Pはperformanceで、TはTaskで、EはExperienceで、マシン学習は一つのTaskに対して、Experienceによって、Performanceを昇格させます。
機械学習では神経ネットワークの位置がますます重要になり、非線形活性化関数は神経ネットワーク適合分布に寄与し、効果は線形分類器よりも著しく優れていることが分かった。
y=Wx+b
通常のアクティブ関数はReLU、sigmoid、tanhがあります。
sigmoidは値を(0,1)にマッピングする。

tanhは入力を(-1,1)区間にマッピングします。


#    tanh
%matplotlib inline
import matplotlib.pyplot as plt
import numpy as np
def tanh(x):
    return (np.exp(x)-np.exp(-x))/(np.exp(x)+np.exp(-x))
X=np.linspace(-5,5,100)
plt.figure(figsize=(8,6))
ax=plt.gca()#get current axis:       
#                 
ax.spines['right'].set_color('none')
ax.spines['top'].set_color('none')
#  bottom x 
ax.xaxis.set_ticks_position('bottom')
ax.spines['bottom'].set_position(('data',0))
#  left y 
ax.yaxis.set_ticks_position('left')
ax.spines['left'].set_position(('data',0))
ax.plot(X,tanh(X),color='blue',linewidth=1.0,linestyle="-")
plt.show()
fig1
オープンフレーム
ニューラルネットワークの層数が深くなると、分布を捕捉する効果が強くなり、深度学習は深層神経ネットワークの学習を意味すると簡単に考えられます。
現在は二大主流の深さ学習フレームがあります。

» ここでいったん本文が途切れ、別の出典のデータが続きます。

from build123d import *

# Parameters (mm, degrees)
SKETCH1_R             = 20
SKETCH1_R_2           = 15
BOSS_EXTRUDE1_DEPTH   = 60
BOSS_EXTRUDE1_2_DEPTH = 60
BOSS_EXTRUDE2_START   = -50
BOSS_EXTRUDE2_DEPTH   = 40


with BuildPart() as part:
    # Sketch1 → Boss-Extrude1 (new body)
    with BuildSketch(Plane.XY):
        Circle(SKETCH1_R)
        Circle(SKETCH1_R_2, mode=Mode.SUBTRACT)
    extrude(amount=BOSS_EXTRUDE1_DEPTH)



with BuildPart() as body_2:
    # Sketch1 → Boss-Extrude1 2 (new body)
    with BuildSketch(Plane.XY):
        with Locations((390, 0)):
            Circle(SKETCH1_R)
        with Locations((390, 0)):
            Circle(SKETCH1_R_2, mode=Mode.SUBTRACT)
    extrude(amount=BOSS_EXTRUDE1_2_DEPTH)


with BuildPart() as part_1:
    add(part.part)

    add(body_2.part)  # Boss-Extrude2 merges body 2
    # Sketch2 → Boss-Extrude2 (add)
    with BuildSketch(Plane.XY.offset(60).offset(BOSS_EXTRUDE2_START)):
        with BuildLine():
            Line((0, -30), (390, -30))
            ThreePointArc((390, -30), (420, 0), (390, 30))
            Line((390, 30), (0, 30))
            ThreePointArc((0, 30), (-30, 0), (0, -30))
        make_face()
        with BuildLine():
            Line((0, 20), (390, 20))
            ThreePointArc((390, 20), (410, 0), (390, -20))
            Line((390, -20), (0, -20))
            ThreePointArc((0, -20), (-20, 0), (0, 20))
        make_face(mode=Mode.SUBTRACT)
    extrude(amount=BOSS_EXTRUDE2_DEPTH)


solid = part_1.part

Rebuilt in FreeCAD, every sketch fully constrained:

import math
import FreeCAD as App
import Part
import Sketcher

V = App.Vector

doc = App.newDocument("Part")
body = doc.addObject("PartDesign::Body", "Body")

sketch1 = body.newObject("Sketcher::SketchObject", "Sketch")
sketch1.AttachmentSupport = (doc.getObject("XY_Plane"), [""])
sketch1.MapMode = "FlatFace"
sketch1.addGeometry(Part.Circle(V(0, 0, 0), V(0, 0, 1), 20), False)
sketch1.addGeometry(Part.Circle(V(0, 0, 0), V(0, 0, 1), 15), False)
sketch1.addConstraint(Sketcher.Constraint("Coincident", 0, 3, -1, 1))
sketch1.addConstraint(Sketcher.Constraint("Coincident", 1, 3, -1, 1))
sketch1.addConstraint(Sketcher.Constraint("Diameter", 0, 40.0))
sketch1.addConstraint(Sketcher.Constraint("Diameter", 1, 30.0))
pad1 = body.newObject("PartDesign::Pad", "Pad")
pad1.Profile = sketch1
pad1.Length = 60
body2 = doc.addObject("PartDesign::Body", "Body001")

sketch2 = body2.newObject("Sketcher::SketchObject", "Sketch001")
sketch2.AttachmentSupport = (doc.getObject("XY_Plane001"), [""])
sketch2.MapMode = "FlatFace"
sketch2.addGeometry(Part.Circle(V(390, 0, 0), V(0, 0, 1), 20), False)
sketch2.addGeometry(Part.Circle(V(390, 0, 0), V(0, 0, 1), 15), False)
sketch2.addConstraint(Sketcher.Constraint("Coincident", 1, 3, 0, 3))
sketch2.addConstraint(Sketcher.Constraint("PointOnObject", 0, 3, -1))
sketch2.addConstraint(Sketcher.Constraint("Diameter", 0, 40.0))
sketch2.addConstraint(Sketcher.Constraint("Diameter", 1, 30.0))
sketch2.addConstraint(Sketcher.Constraint("DistanceX", -1, 1, 0, 3, 390.0))
pad2 = body2.newObject("PartDesign::Pad", "Pad001")
pad2.Profile = sketch2
pad2.Length = 60
body.AllowCompound = True
doc.recompute()

boolean = body.newObject("PartDesign::Boolean", "Boolean")
boolean.Type = "Fuse"
boolean.addObjects([body2])

sketch3 = body.newObject("Sketcher::SketchObject", "Sketch002")
sketch3.AttachmentSupport = (doc.getObject("XY_Plane"), [""])
sketch3.MapMode = "FlatFace"
sketch3.AttachmentOffset = App.Placement(V(0, 0, 10), App.Rotation())
sketch3.addGeometry(Part.LineSegment(V(0, -30, 0), V(390, -30, 0)), False)
sketch3.addGeometry(Part.ArcOfCircle(Part.Circle(V(390, 0, 0), V(0, 0, 1), 30), math.radians(-90), math.radians(90)), False)
sketch3.addGeometry(Part.LineSegment(V(390, 30, 0), V(0, 30, 0)), False)
sketch3.addGeometry(Part.ArcOfCircle(Part.Circle(V(0, 0, 0), V(0, 0, 1), 30), math.radians(90), math.radians(270)), False)
sketch3.addGeometry(Part.ArcOfCircle(Part.Circle(V(0, 0, 0), V(0, 0, 1), 20), math.radians(90), math.radians(270)), False)
sketch3.addGeometry(Part.LineSegment(V(0, 20, 0), V(390, 20, 0)), False)
sketch3.addGeometry(Part.ArcOfCircle(Part.Circle(V(390, 0, 0), V(0, 0, 1), 20), math.radians(-90), math.radians(90)), False)
sketch3.addGeometry(Part.LineSegment(V(390, -20, 0), V(0, -20, 0)), False)
sketch3.addConstraint(Sketcher.Constraint("Tangent", 0, 2, 1, 1))
sketch3.addConstraint(Sketcher.Constraint("Tangent", 1, 2, 2, 1))
sketch3.addConstraint(Sketcher.Constraint("Tangent", 2, 2, 3, 1))
sketch3.addConstraint(Sketcher.Constraint("Tangent", 3, 2, 0, 1))
sketch3.addConstraint(Sketcher.Constraint("Tangent", 4, 1, 5, 1))
sketch3.addConstraint(Sketcher.Constraint("Tangent", 5, 2, 6, 2))
sketch3.addConstraint(Sketcher.Constraint("Tangent", 6, 1, 7, 1))
sketch3.addConstraint(Sketcher.Constraint("Tangent", 7, 2, 4, 2))
sketch3.addConstraint(Sketcher.Constraint("Horizontal", 0))
sketch3.addConstraint(Sketcher.Constraint("Horizontal", 2))
sketch3.addConstraint(Sketcher.Constraint("Horizontal", 5))
sketch3.addConstraint(Sketcher.Constraint("Horizontal", 7))
sketch3.addConstraint(Sketcher.Constraint("Coincident", 3, 3, -1, 1))
sketch3.addConstraint(Sketcher.Constraint("Coincident", 4, 3, -1, 1))
sketch3.addConstraint(Sketcher.Constraint("Vertical", 6, 3, 0, 2))
sketch3.addConstraint(Sketcher.Constraint("Radius", 1, 30.0))
sketch3.addConstraint(Sketcher.Constraint("Radius", 4, 20.0))
sketch3.addConstraint(Sketcher.Constraint("DistanceX", 0, 1, 0, 2, 390.0))
pad3 = body.newObject("PartDesign::Pad", "Pad002")
pad3.Profile = sketch3
pad3.Length = 40

doc.recompute()
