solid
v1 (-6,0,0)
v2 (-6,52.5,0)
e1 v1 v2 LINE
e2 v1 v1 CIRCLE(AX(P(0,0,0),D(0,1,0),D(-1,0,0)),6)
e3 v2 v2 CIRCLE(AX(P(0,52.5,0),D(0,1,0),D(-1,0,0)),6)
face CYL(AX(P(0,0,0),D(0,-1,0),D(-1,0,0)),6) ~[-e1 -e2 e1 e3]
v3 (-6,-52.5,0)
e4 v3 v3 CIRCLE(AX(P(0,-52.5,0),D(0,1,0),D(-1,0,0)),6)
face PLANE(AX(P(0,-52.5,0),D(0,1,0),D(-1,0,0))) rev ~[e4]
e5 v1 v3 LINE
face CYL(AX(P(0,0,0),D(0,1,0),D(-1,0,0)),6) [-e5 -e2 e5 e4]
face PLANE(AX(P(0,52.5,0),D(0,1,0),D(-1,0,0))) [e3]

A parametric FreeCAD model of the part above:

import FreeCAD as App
import Part
import Sketcher
from FreeCAD import Vector
Q = App.Units.Quantity

doc = App.newDocument("Part")
body = doc.addObject("PartDesign::Body", "Body")

# Sketch on XZ plane
sketch1 = body.newObject("Sketcher::SketchObject", "Sketch")
sketch1.AttachmentSupport = (doc.getObject("XZ_Plane"), [""])
sketch1.MapMode = "FlatFace"
sketch1.addGeometry(Part.Circle(Vector(0, 0, 0), Vector(0, 0, 1), 6), False)
sketch1.addConstraint([
    Sketcher.Constraint("Coincident", 0, 3, -1, 1),
    Sketcher.Constraint("Diameter", 0, Q("12 mm")),
])
pad1 = body.newObject("PartDesign::Pad", "Pad")
pad1.Profile = sketch1
pad1.Length = 105
pad1.Midplane = True

doc.recompute()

PytochとTensorflow。
Pytochはダイナミック計算図をサポートしています。Pythonに近い使い方をしています。
Tensorflowは静的な計算図で、新しい言語のように使われています。簡単に使えるkersはもう誰も守ってくれなくて、tensorflowに統合されたそうです。
一つの深さ学習項目の運行フローは主に以下の通りです。
v fig2
深さ学習計算が重複し、膨大な量のため、GPUにモデルを配置する必要があります。GPUの設計は深さ学習計算を加速するのに適しています。GPUでの深さ学習実験を容易にするために、CUDAアーキテクチャを開発しました。今はほとんどのDLモデルはCUDAに基づいて加速されています。
CUDAについて
1.CUDAとは何ですか?
CUDAは、グラフィックカードメーカーNVIDIAの演算プラットフォームです。CUDAは、GPUが複雑な計算問題を解決できるようにするNVIDIAによって導入された汎用並列計算アーキテクチャである。
2.CUDNNとは何ですか?
NVIDIA cuDNNは、深度神経ネットワーク用のGPUアクセラレータです。性能、使いやすさ、低メモリオーバヘッドを強調します。NVIDIA cuDNNはより高いレベルのマシン学習フレームに統合できる。
方向の概要
現在のコンピュータビジョンの発展は自然言語処理より成熟し、NLPのトレーニングはCVよりもリソースを消費し、CVモデルは比較的小さい。
CV方向:
1.画像分類(Reset,DenseNet)
  • ターゲット検出Object Detect
  • スタイルはSteyle Transfer
  • に移動します。
  • CycleGAN:例えば、画像の中で馬からシマウマまで、シマウマから馬に戻ってもいいです。
  • ImageCaptioning:画像から記述テキストを生成し、一般的にCNNでfeatureを取得し、RNNを入力してテキスト
  • を取得する。
    2.NLP方向で
  • 感情分析:分類評論データ
  • Question Answeting:問題の一部->が答えを出す
  • Translation:OpenNM T-pyが使用でき、OpenNMT-pyはオープンソースのseq->seqモデル
  • である。
  • ChotBotチャットロボットは、Question Answeringに基づいて、現在
  • をスタートしたばかりです。
    また、Deep Reinforcement Learningを強化して、簡単なレンガゲームから有名なアルファGoまでやります。
    そして予備訓練言語モデル:BERT、GPT 2のような機械に話を続けさせます。
    学習を移転する
    CVではNNの低層が位置情報(端、角などの細かい情報)を抽出し、高層が抽象情報を抽出することができるので、低層のネットワークは繰り返し使用でき、高層を変更して他のタスクを適用するように訓練される。
    このように、深さ学習プロファイルに関する記事は終了しました。これからも深さ学習の文章を更新していきます。さらに関連する深さ学習の文章を検索してください。また、下記の関連記事をご覧ください。これからもよろしくお願いします。